#### [Task statement]
For the material below, output exactly the span from the line with "#106=CARTESIAN_POINT('',(0.,0.,0.));" to the line with "# FreeCAD 1.0 macro for this part", including both, and nothing besides.

#### [Task input]
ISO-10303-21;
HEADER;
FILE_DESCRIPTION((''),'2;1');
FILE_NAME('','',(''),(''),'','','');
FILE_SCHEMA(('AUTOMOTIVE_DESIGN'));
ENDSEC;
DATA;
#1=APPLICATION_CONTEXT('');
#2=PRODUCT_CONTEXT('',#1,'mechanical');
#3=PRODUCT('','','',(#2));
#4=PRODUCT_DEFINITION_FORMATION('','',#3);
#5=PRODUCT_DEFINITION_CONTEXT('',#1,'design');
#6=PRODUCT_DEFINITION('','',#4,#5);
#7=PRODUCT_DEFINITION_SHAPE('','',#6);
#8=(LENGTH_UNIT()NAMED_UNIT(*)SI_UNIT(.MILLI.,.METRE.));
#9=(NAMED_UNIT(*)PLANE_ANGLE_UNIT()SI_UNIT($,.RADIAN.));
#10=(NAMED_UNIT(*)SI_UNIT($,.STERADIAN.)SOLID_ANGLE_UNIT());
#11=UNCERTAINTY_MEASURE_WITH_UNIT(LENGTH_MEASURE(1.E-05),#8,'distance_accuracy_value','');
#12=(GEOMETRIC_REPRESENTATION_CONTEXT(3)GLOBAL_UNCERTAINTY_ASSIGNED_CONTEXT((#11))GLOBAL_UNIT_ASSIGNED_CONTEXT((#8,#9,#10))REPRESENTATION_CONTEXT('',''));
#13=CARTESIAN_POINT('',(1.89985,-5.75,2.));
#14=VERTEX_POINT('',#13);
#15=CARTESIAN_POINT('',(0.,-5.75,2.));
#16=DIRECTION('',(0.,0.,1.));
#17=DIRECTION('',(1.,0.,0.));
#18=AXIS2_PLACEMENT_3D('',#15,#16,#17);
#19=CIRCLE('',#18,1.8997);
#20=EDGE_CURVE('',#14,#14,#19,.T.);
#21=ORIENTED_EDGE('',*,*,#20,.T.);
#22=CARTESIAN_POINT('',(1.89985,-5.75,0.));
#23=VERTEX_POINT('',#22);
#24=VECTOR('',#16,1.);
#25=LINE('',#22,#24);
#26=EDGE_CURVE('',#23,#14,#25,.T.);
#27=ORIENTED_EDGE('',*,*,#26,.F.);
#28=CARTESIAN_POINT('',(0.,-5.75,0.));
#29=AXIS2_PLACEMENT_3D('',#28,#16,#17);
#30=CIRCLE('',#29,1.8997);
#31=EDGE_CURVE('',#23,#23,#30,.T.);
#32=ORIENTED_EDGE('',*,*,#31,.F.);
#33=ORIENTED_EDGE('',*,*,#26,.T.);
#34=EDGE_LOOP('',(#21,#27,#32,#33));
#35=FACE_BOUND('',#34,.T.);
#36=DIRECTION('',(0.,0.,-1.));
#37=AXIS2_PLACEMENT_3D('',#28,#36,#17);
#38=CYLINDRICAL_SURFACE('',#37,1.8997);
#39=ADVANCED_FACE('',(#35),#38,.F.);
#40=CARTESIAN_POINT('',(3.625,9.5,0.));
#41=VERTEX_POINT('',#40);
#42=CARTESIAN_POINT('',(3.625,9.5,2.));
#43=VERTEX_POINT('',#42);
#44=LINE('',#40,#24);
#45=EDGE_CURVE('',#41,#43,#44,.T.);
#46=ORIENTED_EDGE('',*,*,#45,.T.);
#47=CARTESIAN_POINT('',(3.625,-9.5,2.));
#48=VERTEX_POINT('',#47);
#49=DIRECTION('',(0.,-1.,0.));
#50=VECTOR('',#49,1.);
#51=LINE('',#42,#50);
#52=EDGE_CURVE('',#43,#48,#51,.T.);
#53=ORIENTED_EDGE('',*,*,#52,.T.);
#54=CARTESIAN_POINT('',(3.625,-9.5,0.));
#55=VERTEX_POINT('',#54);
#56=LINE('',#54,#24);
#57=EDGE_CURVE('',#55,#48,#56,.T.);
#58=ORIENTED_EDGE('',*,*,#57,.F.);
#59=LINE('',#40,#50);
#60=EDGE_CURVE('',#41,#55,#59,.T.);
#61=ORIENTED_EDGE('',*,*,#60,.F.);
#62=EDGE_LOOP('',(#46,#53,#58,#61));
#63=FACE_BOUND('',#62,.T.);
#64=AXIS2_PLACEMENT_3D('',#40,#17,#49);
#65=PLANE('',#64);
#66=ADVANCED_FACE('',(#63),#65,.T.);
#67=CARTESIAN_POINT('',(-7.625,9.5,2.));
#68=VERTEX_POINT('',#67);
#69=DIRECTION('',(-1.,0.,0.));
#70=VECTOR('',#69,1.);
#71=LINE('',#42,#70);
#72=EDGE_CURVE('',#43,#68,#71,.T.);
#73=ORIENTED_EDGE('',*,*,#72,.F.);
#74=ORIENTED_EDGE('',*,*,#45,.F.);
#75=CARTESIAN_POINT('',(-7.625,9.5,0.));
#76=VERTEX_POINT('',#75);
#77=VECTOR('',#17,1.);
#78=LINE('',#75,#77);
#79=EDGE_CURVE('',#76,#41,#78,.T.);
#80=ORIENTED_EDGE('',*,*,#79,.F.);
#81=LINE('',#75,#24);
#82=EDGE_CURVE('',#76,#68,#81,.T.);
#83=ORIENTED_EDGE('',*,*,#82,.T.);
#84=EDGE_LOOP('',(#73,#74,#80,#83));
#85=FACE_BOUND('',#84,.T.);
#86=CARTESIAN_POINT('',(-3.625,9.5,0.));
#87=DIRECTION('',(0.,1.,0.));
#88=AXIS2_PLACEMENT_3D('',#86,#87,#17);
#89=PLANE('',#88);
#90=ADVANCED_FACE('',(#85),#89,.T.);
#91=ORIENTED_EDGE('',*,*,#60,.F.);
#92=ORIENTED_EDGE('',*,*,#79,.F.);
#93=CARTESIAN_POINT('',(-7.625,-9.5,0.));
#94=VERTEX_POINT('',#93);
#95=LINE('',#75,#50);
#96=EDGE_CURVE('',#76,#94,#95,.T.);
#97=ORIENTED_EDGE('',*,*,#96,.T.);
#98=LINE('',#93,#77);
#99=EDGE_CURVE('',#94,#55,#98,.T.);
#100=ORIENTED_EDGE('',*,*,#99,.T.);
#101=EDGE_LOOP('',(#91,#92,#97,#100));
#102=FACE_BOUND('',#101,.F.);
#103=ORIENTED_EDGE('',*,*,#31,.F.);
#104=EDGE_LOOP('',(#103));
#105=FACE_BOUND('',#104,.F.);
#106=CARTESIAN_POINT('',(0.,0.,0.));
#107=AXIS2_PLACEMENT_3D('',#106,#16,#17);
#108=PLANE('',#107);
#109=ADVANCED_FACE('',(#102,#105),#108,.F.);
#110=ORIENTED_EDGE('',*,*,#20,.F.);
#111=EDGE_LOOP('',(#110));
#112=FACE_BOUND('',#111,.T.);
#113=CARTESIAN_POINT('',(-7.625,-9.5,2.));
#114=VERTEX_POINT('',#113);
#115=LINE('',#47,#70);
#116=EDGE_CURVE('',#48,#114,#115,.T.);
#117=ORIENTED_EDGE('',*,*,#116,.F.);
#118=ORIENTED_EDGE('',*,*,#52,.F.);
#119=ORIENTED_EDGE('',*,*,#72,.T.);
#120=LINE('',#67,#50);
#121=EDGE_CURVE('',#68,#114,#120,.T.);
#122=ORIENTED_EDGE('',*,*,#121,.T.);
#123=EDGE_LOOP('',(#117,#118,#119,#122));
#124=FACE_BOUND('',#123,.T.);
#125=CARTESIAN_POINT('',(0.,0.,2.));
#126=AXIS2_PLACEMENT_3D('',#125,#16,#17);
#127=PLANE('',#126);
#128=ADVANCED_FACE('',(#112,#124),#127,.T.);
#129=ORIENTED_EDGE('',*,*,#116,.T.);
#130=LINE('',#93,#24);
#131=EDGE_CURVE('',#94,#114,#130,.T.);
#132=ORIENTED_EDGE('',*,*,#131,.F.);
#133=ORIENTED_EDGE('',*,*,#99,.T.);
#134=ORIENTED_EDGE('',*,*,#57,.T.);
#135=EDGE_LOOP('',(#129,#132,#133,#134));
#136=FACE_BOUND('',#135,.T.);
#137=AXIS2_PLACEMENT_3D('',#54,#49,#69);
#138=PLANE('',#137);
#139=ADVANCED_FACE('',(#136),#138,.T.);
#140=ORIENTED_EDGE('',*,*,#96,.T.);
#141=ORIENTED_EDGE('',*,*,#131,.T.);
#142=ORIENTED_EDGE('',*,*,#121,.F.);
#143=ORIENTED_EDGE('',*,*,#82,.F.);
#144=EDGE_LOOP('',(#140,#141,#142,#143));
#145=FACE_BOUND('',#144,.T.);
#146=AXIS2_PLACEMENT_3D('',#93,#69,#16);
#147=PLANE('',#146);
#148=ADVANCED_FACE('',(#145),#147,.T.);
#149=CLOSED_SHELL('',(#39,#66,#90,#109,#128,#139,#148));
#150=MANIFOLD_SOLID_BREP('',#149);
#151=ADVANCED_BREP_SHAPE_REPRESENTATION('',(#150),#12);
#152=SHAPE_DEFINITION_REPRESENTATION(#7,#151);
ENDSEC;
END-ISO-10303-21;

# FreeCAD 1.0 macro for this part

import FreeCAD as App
import Part
import Sketcher

V = App.Vector
Q = App.Units.Quantity


def add_polygon(sketch, points):
    """Adds a closed chain of lines whose ends are joined by coincident constraints."""
    first, n = sketch.GeometryCount, len(points)
    for a, b in zip(points, points[1:] + points[:1]):
        sketch.addGeometry(Part.LineSegment(App.Vector(*a, 0), App.Vector(*b, 0)), False)
    for i in range(n):
        sketch.addConstraint(Sketcher.Constraint("Coincident", first + i, 2, first + (i + 1) % n, 1))

doc = App.newDocument("Part")
body = doc.addObject("PartDesign::Body", "Body")

# Sketch on XY plane
sketch1 = body.newObject("Sketcher::SketchObject", "Sketch")
sketch1.AttachmentSupport = (doc.getObject("XY_Plane"), [""])
sketch1.MapMode = "FlatFace"
add_polygon(sketch1, [(-3.6, -9.5), (3.6, -9.5), (3.6, 9.5), (-3.6, 9.5)])  # lines 0-3
sketch1.addGeometry(Part.Circle(V(0, -5.8, 0), V(0, 0, 1), 1.9), False)  # 4
sketch1.addConstraint([
    Sketcher.Constraint("Horizontal", 0),
    Sketcher.Constraint("Vertical", 1),
    Sketcher.Constraint("Horizontal", 2),
    Sketcher.Constraint("Vertical", 3),
    Sketcher.Constraint("Symmetric", 0, 2, 2, 2, -1, 1),
    Sketcher.Constraint("PointOnObject", 4, 3, -2),
    Sketcher.Constraint("Diameter", 4, Q("3.7994 mm")),
    Sketcher.Constraint("DistanceY", 1, 1, 1, 2, Q("19 mm")),
    Sketcher.Constraint("DistanceX", 0, 1, 0, 2, Q("7.25 mm")),
    Sketcher.Constraint("DistanceY", 4, 3, -1, 1, Q("5.75 mm")),
])
pad1 = body.newObject("PartDesign::Pad", "Pad")
pad1.Profile = sketch1
pad1.Length = 2

# Sketch on YZ plane
sketch2 = body.newObject("Sketcher::SketchObject", "Sketch001")
sketch2.AttachmentSupport = (doc.getObject("YZ_Plane"), [""])
sketch2.MapMode = "FlatFace"
sketch2.AttachmentOffset = App.Placement(V(0, 0, -3.625), App.Rotation())
add_polygon(sketch2, [(9.5, 2), (9.5, 0), (-9.5, 0), (-9.5, 2)])  # lines 0-3
sketch2.addConstraint([
    Sketcher.Constraint("Vertical", 0),
    Sketcher.Constraint("Horizontal", 1),
    Sketcher.Constraint("Vertical", 2),
    Sketcher.Constraint("Horizontal", 3),
    Sketcher.Constraint("Symmetric", 0, 2, 1, 2, -1, 1),
    Sketcher.Constraint("DistanceX", 1, 2, 1, 1, Q("19 mm")),
    Sketcher.Constraint("DistanceY", 0, 2, 0, 1, Q("2 mm")),
])
pad2 = body.newObject("PartDesign::Pad", "Pad001")
pad2.Profile = sketch2
pad2.Length = 4
pad2.Reversed = True

doc.recompute()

#### [Answer]
#106=CARTESIAN_POINT('',(0.,0.,0.));
#107=AXIS2_PLACEMENT_3D('',#106,#16,#17);
#108=PLANE('',#107);
#109=ADVANCED_FACE('',(#102,#105),#108,.F.);
#110=ORIENTED_EDGE('',*,*,#20,.F.);
#111=EDGE_LOOP('',(#110));
#112=FACE_BOUND('',#111,.T.);
#113=CARTESIAN_POINT('',(-7.625,-9.5,2.));
#114=VERTEX_POINT('',#113);
#115=LINE('',#47,#70);
#116=EDGE_CURVE('',#48,#114,#115,.T.);
#117=ORIENTED_EDGE('',*,*,#116,.F.);
#118=ORIENTED_EDGE('',*,*,#52,.F.);
#119=ORIENTED_EDGE('',*,*,#72,.T.);
#120=LINE('',#67,#50);
#121=EDGE_CURVE('',#68,#114,#120,.T.);
#122=ORIENTED_EDGE('',*,*,#121,.T.);
#123=EDGE_LOOP('',(#117,#118,#119,#122));
#124=FACE_BOUND('',#123,.T.);
#125=CARTESIAN_POINT('',(0.,0.,2.));
#126=AXIS2_PLACEMENT_3D('',#125,#16,#17);
#127=PLANE('',#126);
#128=ADVANCED_FACE('',(#112,#124),#127,.T.);
#129=ORIENTED_EDGE('',*,*,#116,.T.);
#130=LINE('',#93,#24);
#131=EDGE_CURVE('',#94,#114,#130,.T.);
#132=ORIENTED_EDGE('',*,*,#131,.F.);
#133=ORIENTED_EDGE('',*,*,#99,.T.);
#134=ORIENTED_EDGE('',*,*,#57,.T.);
#135=EDGE_LOOP('',(#129,#132,#133,#134));
#136=FACE_BOUND('',#135,.T.);
#137=AXIS2_PLACEMENT_3D('',#54,#49,#69);
#138=PLANE('',#137);
#139=ADVANCED_FACE('',(#136),#138,.T.);
#140=ORIENTED_EDGE('',*,*,#96,.T.);
#141=ORIENTED_EDGE('',*,*,#131,.T.);
#142=ORIENTED_EDGE('',*,*,#121,.F.);
#143=ORIENTED_EDGE('',*,*,#82,.F.);
#144=EDGE_LOOP('',(#140,#141,#142,#143));
#145=FACE_BOUND('',#144,.T.);
#146=AXIS2_PLACEMENT_3D('',#93,#69,#16);
#147=PLANE('',#146);
#148=ADVANCED_FACE('',(#145),#147,.T.);
#149=CLOSED_SHELL('',(#39,#66,#90,#109,#128,#139,#148));
#150=MANIFOLD_SOLID_BREP('',#149);
#151=ADVANCED_BREP_SHAPE_REPRESENTATION('',(#150),#12);
#152=SHAPE_DEFINITION_REPRESENTATION(#7,#151);
ENDSEC;
END-ISO-10303-21;

# FreeCAD 1.0 macro for this part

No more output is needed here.